#### WHAT YOU NEED TO DO:
Locate every line in the records below that contains the word "dimension", and copy each one.

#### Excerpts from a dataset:
══════
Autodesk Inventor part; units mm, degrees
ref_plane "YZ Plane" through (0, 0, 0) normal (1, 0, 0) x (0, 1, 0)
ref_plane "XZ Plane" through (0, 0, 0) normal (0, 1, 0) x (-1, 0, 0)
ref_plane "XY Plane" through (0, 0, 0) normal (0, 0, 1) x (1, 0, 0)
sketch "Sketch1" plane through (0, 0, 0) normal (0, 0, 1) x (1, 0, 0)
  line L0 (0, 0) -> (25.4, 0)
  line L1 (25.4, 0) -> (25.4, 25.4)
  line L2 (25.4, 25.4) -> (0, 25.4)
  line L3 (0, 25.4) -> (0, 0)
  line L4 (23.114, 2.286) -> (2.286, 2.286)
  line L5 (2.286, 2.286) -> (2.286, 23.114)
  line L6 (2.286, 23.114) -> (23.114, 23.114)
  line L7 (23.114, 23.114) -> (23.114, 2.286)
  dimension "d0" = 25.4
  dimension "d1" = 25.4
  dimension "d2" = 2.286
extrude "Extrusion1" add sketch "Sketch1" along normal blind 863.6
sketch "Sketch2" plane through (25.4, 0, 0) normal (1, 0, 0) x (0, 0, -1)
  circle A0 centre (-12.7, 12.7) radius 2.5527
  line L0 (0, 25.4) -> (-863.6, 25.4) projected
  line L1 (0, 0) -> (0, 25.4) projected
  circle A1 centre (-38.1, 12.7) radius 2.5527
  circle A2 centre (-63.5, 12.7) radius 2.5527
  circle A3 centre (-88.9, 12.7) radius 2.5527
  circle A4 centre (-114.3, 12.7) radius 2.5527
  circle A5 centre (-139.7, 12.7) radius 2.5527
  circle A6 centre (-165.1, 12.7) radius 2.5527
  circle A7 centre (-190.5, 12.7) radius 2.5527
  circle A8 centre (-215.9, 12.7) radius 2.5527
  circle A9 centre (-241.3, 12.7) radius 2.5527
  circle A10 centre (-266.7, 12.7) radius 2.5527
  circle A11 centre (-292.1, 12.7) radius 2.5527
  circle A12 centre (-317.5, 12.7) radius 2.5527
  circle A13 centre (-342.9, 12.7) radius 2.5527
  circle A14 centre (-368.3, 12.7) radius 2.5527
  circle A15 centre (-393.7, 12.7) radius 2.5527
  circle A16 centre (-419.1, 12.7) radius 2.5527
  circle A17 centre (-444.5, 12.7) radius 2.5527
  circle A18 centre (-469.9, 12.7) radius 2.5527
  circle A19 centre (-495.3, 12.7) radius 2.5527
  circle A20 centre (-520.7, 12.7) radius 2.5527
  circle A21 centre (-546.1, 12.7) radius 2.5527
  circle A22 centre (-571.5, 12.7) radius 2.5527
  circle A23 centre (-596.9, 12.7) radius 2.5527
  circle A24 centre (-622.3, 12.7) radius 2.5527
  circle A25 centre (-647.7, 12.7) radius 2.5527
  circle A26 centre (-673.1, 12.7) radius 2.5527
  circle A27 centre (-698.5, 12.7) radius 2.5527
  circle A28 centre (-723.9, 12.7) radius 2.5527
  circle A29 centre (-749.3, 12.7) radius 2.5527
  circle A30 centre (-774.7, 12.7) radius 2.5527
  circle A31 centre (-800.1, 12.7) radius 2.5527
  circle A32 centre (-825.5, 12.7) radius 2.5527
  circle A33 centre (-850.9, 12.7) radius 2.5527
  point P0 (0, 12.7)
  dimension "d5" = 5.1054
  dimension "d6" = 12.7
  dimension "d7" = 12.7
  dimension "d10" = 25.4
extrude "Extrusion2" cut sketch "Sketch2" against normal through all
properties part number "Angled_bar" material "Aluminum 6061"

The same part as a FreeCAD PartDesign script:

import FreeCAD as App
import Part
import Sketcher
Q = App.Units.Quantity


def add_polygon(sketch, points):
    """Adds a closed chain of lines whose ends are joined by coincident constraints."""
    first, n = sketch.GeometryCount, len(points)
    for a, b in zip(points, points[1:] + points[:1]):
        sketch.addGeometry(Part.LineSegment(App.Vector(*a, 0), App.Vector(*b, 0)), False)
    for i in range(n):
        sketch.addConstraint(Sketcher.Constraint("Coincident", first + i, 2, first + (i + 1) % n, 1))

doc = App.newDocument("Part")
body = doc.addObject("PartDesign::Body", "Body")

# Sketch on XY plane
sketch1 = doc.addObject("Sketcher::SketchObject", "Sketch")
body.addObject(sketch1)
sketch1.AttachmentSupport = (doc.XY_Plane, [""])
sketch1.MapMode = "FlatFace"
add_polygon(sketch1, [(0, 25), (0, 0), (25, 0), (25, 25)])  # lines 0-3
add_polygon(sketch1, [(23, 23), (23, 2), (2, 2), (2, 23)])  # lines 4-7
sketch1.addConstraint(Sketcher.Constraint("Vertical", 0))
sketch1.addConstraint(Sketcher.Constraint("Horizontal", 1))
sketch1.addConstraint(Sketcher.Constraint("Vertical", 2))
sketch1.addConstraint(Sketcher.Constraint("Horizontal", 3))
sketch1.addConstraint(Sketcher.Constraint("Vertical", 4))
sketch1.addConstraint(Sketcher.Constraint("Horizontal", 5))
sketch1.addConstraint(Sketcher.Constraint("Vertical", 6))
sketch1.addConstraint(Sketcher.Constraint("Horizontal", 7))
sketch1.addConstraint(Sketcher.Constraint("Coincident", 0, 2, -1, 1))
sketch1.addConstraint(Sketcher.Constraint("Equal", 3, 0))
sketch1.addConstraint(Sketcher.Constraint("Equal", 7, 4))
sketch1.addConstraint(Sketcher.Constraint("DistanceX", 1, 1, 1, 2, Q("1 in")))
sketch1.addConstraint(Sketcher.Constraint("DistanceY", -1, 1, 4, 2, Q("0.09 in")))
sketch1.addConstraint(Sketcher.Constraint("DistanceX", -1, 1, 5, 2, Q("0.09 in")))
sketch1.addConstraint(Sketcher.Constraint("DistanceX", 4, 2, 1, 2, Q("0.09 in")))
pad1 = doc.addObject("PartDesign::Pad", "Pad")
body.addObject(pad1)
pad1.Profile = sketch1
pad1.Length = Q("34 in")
══════
#### SOLUTION:
  dimension "d0" = 25.4
  dimension "d1" = 25.4
  dimension "d2" = 2.286
  dimension "d5" = 5.1054
  dimension "d6" = 12.7
  dimension "d7" = 12.7
  dimension "d10" = 25.4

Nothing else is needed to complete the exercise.